Палисадник был мечтой моей мамы. Сегодня, приблизившись к ней возрастом, я полагаю, что высказываемая ею вслух мечта о палисаднике была частью не высказываемой даже в семейном кругу мечты о доме. Еще бы не родиться такой мечте: раннее сиротство и жизнь с мачехой или у тетки, обретение с замужеством «своего угла» и потеря его с бомбежками Киева и поспешной эвакуацией, возвращение в никуда и скитание по чужим углам… Она же так естественна и закономерна – мечта о своем доме. Но кто бы в то время отважился озвучить столь буржуазное, «идеологически чуждое» мечтание?
Вот и озвучивалось только желание иметь, то бишь соорудить – палисадник.
Абсолютно не помню, какой был «экстерьер» нашей хаты в Борисполе. Но судя по глинобитному полу, который я помню отчетливо, и по забору, который мне помнится смутно, ничего примечательного между забором и завалинкой не было. Ведь стоит перед глазами яркая картинка зеленых, заросших травою обочин пыльной деревенской улицы, по колено в траве ходит с палочкой какая-то старушка, «вытыкивая» ею и собирая прячущиеся в зелени шампиньоны. Назавтра утром мы с папой проверили ее метод на практике и тоже нашли два гриба, которые я и принесла в садик: один побольше, с развернутой белой шляпкой, украшенной с изнанки розовыми хрупкими пластинками, а второй совсем маленький, туго свернутый, напоминающий этакий толстенький желудь.

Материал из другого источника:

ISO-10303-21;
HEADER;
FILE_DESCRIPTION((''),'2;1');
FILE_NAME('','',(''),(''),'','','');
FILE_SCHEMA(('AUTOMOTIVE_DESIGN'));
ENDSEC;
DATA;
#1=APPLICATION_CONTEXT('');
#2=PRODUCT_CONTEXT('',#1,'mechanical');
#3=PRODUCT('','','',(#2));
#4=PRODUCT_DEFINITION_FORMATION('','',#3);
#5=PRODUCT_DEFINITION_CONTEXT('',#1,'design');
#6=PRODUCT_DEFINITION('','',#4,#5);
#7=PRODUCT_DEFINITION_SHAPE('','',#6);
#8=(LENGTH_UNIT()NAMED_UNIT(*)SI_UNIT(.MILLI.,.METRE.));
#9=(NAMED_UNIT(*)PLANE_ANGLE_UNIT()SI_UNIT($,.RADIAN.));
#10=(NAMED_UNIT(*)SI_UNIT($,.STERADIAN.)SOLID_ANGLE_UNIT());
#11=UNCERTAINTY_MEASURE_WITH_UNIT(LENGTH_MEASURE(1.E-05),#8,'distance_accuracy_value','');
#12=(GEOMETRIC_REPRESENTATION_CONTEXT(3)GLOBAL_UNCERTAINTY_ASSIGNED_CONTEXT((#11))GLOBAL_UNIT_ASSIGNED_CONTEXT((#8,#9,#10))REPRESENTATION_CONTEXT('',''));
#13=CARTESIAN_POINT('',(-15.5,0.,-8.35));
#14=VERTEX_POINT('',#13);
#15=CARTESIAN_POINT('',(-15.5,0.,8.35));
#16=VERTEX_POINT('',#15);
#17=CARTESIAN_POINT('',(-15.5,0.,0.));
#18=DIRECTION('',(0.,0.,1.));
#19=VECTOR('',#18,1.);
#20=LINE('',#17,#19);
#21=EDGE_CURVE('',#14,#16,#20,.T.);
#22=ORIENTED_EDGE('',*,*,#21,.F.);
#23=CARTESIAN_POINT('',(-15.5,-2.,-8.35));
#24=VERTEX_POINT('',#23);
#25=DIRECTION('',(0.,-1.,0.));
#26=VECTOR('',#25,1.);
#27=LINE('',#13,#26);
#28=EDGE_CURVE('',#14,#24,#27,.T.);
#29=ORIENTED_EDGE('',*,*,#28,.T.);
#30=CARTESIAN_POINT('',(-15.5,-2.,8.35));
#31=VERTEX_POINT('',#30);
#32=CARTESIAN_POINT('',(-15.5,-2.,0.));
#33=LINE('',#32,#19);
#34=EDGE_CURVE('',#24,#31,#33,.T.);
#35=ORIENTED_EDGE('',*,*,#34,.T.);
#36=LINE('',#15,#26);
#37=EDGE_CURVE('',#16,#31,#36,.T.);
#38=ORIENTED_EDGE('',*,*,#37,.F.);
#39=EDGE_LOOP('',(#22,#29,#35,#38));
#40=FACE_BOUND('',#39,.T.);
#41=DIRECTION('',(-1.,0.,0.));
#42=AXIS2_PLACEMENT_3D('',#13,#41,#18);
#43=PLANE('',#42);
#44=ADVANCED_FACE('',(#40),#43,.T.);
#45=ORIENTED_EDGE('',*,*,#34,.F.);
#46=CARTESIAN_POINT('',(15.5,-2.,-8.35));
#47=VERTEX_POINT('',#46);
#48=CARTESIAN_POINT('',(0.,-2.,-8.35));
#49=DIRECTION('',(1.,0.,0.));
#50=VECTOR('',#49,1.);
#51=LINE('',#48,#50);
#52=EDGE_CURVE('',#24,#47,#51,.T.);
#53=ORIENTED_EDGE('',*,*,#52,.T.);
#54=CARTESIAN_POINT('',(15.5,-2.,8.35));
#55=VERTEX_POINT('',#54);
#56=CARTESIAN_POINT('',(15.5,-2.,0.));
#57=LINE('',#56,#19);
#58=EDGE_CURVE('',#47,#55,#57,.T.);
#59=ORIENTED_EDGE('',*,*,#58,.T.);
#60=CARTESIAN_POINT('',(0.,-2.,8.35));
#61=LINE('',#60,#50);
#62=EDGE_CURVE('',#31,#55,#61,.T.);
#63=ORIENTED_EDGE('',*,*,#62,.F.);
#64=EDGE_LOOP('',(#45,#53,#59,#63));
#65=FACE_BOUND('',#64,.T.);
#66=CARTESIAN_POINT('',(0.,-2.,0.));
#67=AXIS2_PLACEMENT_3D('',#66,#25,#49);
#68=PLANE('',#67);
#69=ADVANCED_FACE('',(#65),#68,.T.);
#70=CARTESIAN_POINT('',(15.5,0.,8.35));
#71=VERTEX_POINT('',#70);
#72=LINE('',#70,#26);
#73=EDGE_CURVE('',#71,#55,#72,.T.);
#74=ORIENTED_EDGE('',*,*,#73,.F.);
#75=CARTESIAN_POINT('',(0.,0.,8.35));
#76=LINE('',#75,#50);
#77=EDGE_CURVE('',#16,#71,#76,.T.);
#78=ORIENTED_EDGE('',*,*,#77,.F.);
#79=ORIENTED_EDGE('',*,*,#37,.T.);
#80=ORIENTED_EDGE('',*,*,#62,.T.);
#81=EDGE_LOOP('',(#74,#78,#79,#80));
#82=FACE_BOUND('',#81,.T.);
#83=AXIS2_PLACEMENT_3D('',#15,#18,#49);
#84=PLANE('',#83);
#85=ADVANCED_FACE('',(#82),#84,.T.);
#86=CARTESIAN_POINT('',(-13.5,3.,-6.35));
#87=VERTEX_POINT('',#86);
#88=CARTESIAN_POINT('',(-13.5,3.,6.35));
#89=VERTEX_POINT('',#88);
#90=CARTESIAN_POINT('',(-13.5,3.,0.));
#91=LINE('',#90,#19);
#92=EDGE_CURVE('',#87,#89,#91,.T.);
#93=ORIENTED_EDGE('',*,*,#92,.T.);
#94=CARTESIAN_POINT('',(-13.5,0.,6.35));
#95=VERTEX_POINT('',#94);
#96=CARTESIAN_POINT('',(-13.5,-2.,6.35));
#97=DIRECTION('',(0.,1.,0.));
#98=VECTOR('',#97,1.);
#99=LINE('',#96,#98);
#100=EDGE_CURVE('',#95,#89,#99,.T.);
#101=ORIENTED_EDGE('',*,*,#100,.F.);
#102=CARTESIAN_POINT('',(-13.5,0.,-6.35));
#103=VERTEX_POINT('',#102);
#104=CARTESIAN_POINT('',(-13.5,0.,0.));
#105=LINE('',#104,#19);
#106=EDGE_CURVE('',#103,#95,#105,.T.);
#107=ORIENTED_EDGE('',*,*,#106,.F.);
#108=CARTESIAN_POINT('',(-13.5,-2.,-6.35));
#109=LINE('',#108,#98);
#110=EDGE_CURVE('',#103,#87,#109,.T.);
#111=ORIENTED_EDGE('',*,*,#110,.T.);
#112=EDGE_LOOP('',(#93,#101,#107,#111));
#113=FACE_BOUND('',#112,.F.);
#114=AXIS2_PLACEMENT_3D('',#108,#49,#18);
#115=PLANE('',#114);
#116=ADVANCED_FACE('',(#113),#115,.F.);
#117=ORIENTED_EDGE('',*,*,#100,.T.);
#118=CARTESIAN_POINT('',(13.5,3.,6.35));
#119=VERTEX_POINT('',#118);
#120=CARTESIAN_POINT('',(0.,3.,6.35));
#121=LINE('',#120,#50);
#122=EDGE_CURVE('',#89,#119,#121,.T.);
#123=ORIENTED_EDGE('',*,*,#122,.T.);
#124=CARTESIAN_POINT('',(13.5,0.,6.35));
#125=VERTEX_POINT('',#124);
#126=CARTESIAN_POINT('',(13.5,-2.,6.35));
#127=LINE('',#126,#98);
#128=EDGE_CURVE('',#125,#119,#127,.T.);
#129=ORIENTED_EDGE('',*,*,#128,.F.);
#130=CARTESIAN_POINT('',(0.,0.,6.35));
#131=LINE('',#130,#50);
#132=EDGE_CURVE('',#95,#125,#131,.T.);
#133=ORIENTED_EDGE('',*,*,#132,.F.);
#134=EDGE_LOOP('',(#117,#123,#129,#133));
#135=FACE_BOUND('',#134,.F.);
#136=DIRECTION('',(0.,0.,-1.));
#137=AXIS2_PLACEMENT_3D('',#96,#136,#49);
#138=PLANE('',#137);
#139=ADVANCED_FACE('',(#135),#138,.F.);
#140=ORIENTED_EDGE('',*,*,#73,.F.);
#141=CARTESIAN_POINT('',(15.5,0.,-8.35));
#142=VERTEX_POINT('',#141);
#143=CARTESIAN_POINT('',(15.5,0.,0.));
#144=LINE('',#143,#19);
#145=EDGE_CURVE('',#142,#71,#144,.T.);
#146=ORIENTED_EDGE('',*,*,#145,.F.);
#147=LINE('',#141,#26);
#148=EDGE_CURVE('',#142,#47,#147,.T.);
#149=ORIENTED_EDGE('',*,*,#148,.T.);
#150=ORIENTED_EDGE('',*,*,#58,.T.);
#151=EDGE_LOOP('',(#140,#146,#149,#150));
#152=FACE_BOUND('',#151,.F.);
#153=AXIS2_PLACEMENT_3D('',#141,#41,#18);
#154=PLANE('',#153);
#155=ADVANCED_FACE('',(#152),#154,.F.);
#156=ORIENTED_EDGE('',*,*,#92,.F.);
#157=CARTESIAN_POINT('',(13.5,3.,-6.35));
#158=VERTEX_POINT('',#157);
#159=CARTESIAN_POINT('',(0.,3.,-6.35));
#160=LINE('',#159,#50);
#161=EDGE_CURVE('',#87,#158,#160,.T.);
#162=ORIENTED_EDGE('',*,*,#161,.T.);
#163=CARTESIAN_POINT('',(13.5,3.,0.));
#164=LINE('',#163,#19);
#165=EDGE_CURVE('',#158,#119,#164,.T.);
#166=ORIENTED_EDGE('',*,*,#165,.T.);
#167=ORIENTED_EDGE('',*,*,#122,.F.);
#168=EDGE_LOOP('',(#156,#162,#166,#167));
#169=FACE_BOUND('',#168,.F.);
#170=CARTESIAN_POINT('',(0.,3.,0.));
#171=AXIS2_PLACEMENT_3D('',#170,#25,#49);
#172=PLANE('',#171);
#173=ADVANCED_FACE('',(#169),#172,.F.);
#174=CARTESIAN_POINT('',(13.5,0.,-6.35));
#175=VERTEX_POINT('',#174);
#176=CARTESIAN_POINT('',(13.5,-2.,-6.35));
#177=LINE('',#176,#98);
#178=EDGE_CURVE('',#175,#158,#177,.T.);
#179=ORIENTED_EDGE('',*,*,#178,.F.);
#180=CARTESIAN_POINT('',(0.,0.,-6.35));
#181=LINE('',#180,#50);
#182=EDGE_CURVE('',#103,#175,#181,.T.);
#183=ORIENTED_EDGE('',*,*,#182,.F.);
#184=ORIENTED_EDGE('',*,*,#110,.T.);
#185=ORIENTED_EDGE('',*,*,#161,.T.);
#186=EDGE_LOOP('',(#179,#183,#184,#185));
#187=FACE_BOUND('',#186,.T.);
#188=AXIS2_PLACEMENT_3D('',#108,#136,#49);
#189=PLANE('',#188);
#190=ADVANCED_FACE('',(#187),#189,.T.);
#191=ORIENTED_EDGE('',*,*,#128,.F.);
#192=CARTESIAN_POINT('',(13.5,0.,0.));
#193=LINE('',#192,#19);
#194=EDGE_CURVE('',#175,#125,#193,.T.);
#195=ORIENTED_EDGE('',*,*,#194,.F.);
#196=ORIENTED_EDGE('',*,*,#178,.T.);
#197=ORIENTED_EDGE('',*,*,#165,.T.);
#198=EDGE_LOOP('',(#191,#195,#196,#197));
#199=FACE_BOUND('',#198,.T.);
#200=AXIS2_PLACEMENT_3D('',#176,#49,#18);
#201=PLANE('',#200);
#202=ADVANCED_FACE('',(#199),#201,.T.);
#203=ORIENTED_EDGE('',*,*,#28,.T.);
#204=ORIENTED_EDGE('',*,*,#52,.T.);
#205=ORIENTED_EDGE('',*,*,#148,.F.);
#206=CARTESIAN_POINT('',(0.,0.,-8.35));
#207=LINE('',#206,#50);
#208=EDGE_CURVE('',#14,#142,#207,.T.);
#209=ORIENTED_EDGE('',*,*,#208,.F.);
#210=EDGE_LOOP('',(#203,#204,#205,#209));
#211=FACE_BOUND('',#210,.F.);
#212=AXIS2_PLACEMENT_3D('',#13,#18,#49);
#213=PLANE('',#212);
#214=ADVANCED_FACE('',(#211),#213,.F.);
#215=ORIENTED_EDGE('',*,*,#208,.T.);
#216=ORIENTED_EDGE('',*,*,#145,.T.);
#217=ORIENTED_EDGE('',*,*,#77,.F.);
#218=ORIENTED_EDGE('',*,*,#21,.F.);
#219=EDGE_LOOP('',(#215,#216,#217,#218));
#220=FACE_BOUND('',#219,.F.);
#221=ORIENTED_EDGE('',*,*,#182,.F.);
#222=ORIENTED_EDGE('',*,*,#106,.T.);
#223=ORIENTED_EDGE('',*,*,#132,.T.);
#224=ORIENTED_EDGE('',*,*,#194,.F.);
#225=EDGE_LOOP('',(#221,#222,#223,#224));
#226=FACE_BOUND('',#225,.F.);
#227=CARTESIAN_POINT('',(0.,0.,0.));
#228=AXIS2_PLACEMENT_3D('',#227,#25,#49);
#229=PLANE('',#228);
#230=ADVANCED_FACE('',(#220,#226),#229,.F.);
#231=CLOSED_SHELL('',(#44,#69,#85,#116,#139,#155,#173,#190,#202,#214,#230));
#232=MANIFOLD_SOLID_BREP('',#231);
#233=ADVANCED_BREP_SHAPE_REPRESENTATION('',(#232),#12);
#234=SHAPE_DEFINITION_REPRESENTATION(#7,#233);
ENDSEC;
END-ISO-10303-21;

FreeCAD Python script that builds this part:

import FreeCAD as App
import Part
import Sketcher
from FreeCAD import Vector
Q = App.Units.Quantity


def add_polygon(sketch, points):
    """Adds a closed chain of lines whose ends are joined by coincident constraints."""
    first, n = sketch.GeometryCount, len(points)
    for a, b in zip(points, points[1:] + points[:1]):
        sketch.addGeometry(Part.LineSegment(App.Vector(*a, 0), App.Vector(*b, 0)), False)
    for i in range(n):
        sketch.addConstraint(Sketcher.Constraint("Coincident", first + i, 2, first + (i + 1) % n, 1))

doc = App.newDocument("Part")
body = doc.addObject("PartDesign::Body", "Body")

sketch1 = body.newObject("Sketcher::SketchObject", "Sketch")
sketch1.AttachmentSupport = (doc.getObject("XZ_Plane"), [""])
sketch1.MapMode = "FlatFace"
add_polygon(sketch1, [(-16, 8), (-16, -8), (16, -8), (16, 8)])
add_polygon(sketch1, [(14, -6), (-14, -6), (-14, 6), (14, 6)])
sketch1.addConstraint([
    Sketcher.Constraint("Vertical", 0),
    Sketcher.Constraint("Horizontal", 1),
    Sketcher.Constraint("Vertical", 2),
    Sketcher.Constraint("Horizontal", 3),
    Sketcher.Constraint("Horizontal", 4),
    Sketcher.Constraint("Vertical", 5),
    Sketcher.Constraint("Horizontal", 6),
    Sketcher.Constraint("Vertical", 7),
    Sketcher.Constraint("Symmetric", 0, 2, 2, 2, -1, 1),
    Sketcher.Constraint("Symmetric", 4, 2, 6, 2, -1, 1),
    Sketcher.Constraint("DistanceX", 1, 1, 1, 2, Q("31 mm")),
    Sketcher.Constraint("DistanceX", 4, 2, 4, 1, Q("27 mm")),
    Sketcher.Constraint("DistanceY", 0, 2, 0, 1, Q("16.7 mm")),
    Sketcher.Constraint("DistanceY", 5, 1, 5, 2, Q("12.7 mm")),
])
pad1 = body.newObject("PartDesign::Pad", "Pad")
pad1.Profile = sketch1
pad1.Length = 2

sketch2 = body.newObject("Sketcher::SketchObject", "Sketch001")
sketch2.AttachmentSupport = (doc.getObject("XZ_Plane"), [""])
sketch2.MapMode = "FlatFace"
sketch2.AttachmentOffset = App.Placement(Vector(0, 0, 2), App.Rotation())
add_polygon(sketch2, [(-14, 6), (-14, -6), (14, -6), (14, 6)])
sketch2.addConstraint([
    Sketcher.Constraint("Vertical", 0),
    Sketcher.Constraint("Horizontal", 1),
    Sketcher.Constraint("Vertical", 2),
    Sketcher.Constraint("Horizontal", 3),
    Sketcher.Constraint("Symmetric", 0, 2, 2, 2, -1, 1),
    Sketcher.Constraint("DistanceX", 1, 1, 1, 2, Q("27 mm")),
    Sketcher.Constraint("DistanceY", 0, 2, 0, 1, Q("12.7 mm")),
])
pad2 = body.newObject("PartDesign::Pad", "Pad001")
pad2.Profile = sketch2
pad2.Length = 5
pad2.Reversed = True

doc.recompute()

Интерес ко всякой растительности был у меня уже тогда. Во всяком случае, именно в те годы моего детства (между 4 и 7 годами) показал мне отец, как считают возраст сосенки, как на ощупь различить лист орешника и лист вяза, а по запаху определить тополевый это лист или березовый, и даже какие облака предвещают дождь. Так что наличие палисадника я бы точно не проморгала.
Еще раньше, в Беличах, наша низенькая халупка смотрела единственным окошком на двухэтажную «дачу» дяди Давида, и ни единого цветочка не было ни на окне, ни за окном.
Так что первый, и, пожалуй, единственный мамин палисадник вошел в мою жизнь, когда мне было уже восемь. Мы переехали из Украины в Башкирию, в Уфу. Прожили несколько месяцев в Нижегородке у тети Фиры – нас четверо и она с двумя дочками – в пятнадцатиметровой комнате. Этот старый дом умело прятал свое барачное происхождение за деревянными ставнями на окнах и маленькими тамбурами перед входной дверью. Такой тамбур служил и кухней — там стоял керогаз или примус, и сенями, перекрывающими доступ холодного воздуха в дом зимой, и кладовкой-холодильником. За окном росли кусты сирени, но палисадником это не считалось и не звалось.
И когда папа нашел работу в конторе Лесозавода и получил комнату в бараке на Лесозаводской улице, у мамы появилась возможность осуществить давнюю мечту. Палисадник за окном — это же символ дома, признак того, что скитания закончены и быт устраивается.
Как она ухитрилась вернуть состояние «почвы» тому, что много лет было утоптано ногами детей и взрослых до консистенции мостовой? Почему удивленные соседи не повыдергивали ее хилые колышки, соединенные какими-то веревочками? Может, ждали, что все само собой устроится, то есть не вырастет? А потом, когда на ветерке закачали своими разноцветными головками простенькие космеи, так уж и оставили эту полоску в полметра на полтора считаться Вериным палисадником. Так что с поздней весны и до глубокой осени он с достоинством нес на себе бремя исполнения желаний – благоухал ноготками, вился настурцией, играл на ветру лепестками космей.
Почему с поздней весны? Так ведь тот факт, что бывшая прибрежная деревенька Нижегородка, приютив Лесозавод и Фанерный комбинат, вошла, как и Затон, в список городских районов, никак не повлиял на законы природы. Каждую весну река Белая по-прежнему выходила из берегов, и ее мощное половодье затопляло улицы и переулки этих громадных «городских» районов, превращая их в некую башкирскую Венецию. Меня, к большому моему огорчению, заранее отправляли к родственникам в более возвышенные места города. Вернувшись через пару недель, я с завистью слушала рассказы одноклассников о сидении на чердаке или поездках за хлебом на лодке. А мама ждала, когда погода позволит посадить цветы. Порой – в конце мая, а то и в начале июня.
Мне абсолютно ясно, как сочетается мое стремление знать по именам все, что растет вокруг меня, с той маминой мечтой о палисаднике. И я хочу верить, что скитания закончены. И мне не потянуть мечту о собственном доме с калиткой, палисадником, шелестящим тополем у забора. Но широкий подоконник за окном пахнет душистым горошком и вьется настурцией, стремясь и под здешним жестким солнцем вынести бремя памяти и мечты.